» **What to do**
Among the entries that follow, the required portion opens with the line containing "f 203 204 205" and closes with the line containing "f 84 82 284". Give that portion again exactly, and nothing else.

Provided records Start Marker

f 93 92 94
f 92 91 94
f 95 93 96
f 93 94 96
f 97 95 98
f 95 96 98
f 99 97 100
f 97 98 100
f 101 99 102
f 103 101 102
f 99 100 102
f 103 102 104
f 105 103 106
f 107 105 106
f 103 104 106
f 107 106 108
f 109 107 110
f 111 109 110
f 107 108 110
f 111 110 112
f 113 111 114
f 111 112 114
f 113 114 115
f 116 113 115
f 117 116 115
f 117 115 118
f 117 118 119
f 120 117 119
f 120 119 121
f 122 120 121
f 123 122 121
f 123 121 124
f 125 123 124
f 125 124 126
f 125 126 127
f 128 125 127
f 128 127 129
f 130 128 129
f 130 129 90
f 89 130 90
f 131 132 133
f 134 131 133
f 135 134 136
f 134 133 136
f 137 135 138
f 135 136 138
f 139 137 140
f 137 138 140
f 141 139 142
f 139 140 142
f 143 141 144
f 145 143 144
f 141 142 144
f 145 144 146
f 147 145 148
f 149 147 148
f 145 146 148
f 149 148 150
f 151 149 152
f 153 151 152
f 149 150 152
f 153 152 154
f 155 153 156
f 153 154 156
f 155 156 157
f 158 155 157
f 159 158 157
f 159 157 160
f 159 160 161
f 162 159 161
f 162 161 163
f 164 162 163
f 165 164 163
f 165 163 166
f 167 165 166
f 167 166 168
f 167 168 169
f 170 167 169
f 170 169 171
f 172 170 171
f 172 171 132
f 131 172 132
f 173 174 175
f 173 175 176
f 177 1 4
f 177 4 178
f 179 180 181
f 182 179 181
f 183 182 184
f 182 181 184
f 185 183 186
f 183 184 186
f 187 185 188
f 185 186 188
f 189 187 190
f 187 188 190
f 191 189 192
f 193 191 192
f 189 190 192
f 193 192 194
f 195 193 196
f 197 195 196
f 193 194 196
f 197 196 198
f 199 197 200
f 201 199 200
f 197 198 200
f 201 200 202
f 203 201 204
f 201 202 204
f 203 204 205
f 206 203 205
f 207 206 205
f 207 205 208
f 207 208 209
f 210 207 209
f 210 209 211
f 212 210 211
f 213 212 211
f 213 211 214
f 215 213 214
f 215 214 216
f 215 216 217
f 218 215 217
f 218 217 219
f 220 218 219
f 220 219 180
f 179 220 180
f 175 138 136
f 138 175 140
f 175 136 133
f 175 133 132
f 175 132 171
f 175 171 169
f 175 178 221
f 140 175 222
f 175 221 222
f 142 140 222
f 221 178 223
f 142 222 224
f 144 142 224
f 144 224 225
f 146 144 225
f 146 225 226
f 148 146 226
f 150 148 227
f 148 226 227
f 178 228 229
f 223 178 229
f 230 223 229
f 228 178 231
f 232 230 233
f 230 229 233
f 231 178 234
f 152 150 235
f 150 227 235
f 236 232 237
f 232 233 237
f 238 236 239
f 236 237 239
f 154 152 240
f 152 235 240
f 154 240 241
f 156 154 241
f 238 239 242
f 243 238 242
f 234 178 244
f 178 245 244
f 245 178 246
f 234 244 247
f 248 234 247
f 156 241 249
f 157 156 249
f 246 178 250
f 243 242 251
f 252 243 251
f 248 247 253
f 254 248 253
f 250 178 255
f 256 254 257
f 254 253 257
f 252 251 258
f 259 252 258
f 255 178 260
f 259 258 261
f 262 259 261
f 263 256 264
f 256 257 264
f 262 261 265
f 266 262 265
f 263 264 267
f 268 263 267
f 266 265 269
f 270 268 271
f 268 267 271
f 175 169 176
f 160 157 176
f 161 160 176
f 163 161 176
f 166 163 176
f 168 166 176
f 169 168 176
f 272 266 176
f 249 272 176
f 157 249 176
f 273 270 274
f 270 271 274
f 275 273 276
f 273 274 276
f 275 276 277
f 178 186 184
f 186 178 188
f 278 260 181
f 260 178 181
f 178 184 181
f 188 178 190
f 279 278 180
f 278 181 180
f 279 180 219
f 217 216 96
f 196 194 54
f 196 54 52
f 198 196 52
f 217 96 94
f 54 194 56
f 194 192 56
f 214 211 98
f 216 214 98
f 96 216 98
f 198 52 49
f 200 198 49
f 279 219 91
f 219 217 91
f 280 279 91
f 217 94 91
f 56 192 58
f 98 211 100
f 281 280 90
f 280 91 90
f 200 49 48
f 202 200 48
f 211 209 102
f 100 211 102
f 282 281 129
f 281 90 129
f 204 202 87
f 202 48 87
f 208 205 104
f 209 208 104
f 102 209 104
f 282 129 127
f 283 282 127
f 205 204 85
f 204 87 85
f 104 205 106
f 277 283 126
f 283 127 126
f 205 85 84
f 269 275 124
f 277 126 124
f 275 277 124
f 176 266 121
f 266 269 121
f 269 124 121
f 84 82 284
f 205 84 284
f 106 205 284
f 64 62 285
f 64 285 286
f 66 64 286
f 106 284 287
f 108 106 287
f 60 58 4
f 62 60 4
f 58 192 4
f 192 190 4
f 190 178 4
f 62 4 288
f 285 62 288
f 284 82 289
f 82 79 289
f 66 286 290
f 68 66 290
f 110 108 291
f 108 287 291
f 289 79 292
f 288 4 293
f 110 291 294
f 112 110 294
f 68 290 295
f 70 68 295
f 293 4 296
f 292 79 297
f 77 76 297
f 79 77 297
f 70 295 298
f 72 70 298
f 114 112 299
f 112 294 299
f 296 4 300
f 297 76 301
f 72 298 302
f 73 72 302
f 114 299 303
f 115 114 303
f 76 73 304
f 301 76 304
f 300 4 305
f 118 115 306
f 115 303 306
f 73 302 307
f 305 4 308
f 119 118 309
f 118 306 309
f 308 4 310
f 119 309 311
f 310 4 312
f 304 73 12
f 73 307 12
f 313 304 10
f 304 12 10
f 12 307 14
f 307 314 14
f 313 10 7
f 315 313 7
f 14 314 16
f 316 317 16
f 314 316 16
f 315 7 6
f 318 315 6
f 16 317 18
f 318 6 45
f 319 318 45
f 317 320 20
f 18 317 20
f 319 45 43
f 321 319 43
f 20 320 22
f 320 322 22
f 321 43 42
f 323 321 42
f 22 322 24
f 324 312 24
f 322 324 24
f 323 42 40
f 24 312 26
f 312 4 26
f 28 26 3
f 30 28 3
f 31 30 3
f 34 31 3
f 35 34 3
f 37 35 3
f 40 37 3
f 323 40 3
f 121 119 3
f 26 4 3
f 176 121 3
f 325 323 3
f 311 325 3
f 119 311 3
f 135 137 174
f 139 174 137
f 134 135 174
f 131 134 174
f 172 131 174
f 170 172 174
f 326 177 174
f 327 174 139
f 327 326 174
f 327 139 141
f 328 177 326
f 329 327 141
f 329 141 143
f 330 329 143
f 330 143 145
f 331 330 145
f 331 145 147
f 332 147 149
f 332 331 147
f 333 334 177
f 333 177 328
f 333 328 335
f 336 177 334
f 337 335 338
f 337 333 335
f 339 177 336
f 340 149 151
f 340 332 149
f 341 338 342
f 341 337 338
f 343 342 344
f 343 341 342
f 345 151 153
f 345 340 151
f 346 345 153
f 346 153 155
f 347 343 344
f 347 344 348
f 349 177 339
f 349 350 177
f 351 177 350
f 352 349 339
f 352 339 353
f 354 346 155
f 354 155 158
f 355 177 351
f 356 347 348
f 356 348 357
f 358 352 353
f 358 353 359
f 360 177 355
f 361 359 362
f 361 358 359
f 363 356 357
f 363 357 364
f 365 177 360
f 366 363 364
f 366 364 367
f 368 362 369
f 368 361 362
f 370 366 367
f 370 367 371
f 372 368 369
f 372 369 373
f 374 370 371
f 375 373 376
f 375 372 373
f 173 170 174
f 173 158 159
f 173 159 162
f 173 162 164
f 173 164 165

Provided records End Marker
Provided records Start Marker

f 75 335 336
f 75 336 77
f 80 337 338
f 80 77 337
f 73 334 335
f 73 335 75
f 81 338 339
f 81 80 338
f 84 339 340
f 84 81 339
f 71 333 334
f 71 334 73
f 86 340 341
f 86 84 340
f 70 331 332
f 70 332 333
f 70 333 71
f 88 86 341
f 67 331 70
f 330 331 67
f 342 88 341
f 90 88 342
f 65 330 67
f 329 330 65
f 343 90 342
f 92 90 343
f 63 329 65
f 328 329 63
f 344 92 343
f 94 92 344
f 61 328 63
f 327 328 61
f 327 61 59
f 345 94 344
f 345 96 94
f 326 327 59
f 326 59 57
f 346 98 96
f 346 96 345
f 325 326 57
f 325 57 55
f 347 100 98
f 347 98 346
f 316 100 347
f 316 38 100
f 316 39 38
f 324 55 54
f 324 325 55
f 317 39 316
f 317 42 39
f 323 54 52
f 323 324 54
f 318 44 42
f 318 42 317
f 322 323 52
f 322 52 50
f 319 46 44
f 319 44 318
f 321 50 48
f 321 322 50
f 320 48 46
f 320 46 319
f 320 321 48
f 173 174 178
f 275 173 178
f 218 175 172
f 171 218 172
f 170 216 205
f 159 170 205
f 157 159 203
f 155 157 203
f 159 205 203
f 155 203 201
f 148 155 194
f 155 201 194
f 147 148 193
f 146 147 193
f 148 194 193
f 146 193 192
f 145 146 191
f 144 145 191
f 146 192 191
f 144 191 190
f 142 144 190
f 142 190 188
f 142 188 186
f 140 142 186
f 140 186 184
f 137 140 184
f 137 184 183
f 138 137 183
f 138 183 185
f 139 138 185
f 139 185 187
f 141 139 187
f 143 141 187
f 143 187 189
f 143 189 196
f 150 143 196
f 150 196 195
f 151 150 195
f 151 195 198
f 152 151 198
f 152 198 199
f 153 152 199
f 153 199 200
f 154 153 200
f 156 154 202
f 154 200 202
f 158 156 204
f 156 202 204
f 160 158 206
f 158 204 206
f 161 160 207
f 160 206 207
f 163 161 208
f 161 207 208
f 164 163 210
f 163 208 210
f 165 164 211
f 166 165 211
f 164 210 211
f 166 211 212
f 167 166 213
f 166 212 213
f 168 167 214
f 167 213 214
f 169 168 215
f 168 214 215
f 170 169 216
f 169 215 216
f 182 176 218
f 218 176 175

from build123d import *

Provided records End Marker

» **Result of this task**
f 203 204 205
f 206 203 205
f 207 206 205
f 207 205 208
f 207 208 209
f 210 207 209
f 210 209 211
f 212 210 211
f 213 212 211
f 213 211 214
f 215 213 214
f 215 214 216
f 215 216 217
f 218 215 217
f 218 217 219
f 220 218 219
f 220 219 180
f 179 220 180
f 175 138 136
f 138 175 140
f 175 136 133
f 175 133 132
f 175 132 171
f 175 171 169
f 175 178 221
f 140 175 222
f 175 221 222
f 142 140 222
f 221 178 223
f 142 222 224
f 144 142 224
f 144 224 225
f 146 144 225
f 146 225 226
f 148 146 226
f 150 148 227
f 148 226 227
f 178 228 229
f 223 178 229
f 230 223 229
f 228 178 231
f 232 230 233
f 230 229 233
f 231 178 234
f 152 150 235
f 150 227 235
f 236 232 237
f 232 233 237
f 238 236 239
f 236 237 239
f 154 152 240
f 152 235 240
f 154 240 241
f 156 154 241
f 238 239 242
f 243 238 242
f 234 178 244
f 178 245 244
f 245 178 246
f 234 244 247
f 248 234 247
f 156 241 249
f 157 156 249
f 246 178 250
f 243 242 251
f 252 243 251
f 248 247 253
f 254 248 253
f 250 178 255
f 256 254 257
f 254 253 257
f 252 251 258
f 259 252 258
f 255 178 260
f 259 258 261
f 262 259 261
f 263 256 264
f 256 257 264
f 262 261 265
f 266 262 265
f 263 264 267
f 268 263 267
f 266 265 269
f 270 268 271
f 268 267 271
f 175 169 176
f 160 157 176
f 161 160 176
f 163 161 176
f 166 163 176
f 168 166 176
f 169 168 176
f 272 266 176
f 249 272 176
f 157 249 176
f 273 270 274
f 270 271 274
f 275 273 276
f 273 274 276
f 275 276 277
f 178 186 184
f 186 178 188
f 278 260 181
f 260 178 181
f 178 184 181
f 188 178 190
f 279 278 180
f 278 181 180
f 279 180 219
f 217 216 96
f 196 194 54
f 196 54 52
f 198 196 52
f 217 96 94
f 54 194 56
f 194 192 56
f 214 211 98
f 216 214 98
f 96 216 98
f 198 52 49
f 200 198 49
f 279 219 91
f 219 217 91
f 280 279 91
f 217 94 91
f 56 192 58
f 98 211 100
f 281 280 90
f 280 91 90
f 200 49 48
f 202 200 48
f 211 209 102
f 100 211 102
f 282 281 129
f 281 90 129
f 204 202 87
f 202 48 87
f 208 205 104
f 209 208 104
f 102 209 104
f 282 129 127
f 283 282 127
f 205 204 85
f 204 87 85
f 104 205 106
f 277 283 126
f 283 127 126
f 205 85 84
f 269 275 124
f 277 126 124
f 275 277 124
f 176 266 121
f 266 269 121
f 269 124 121
f 84 82 284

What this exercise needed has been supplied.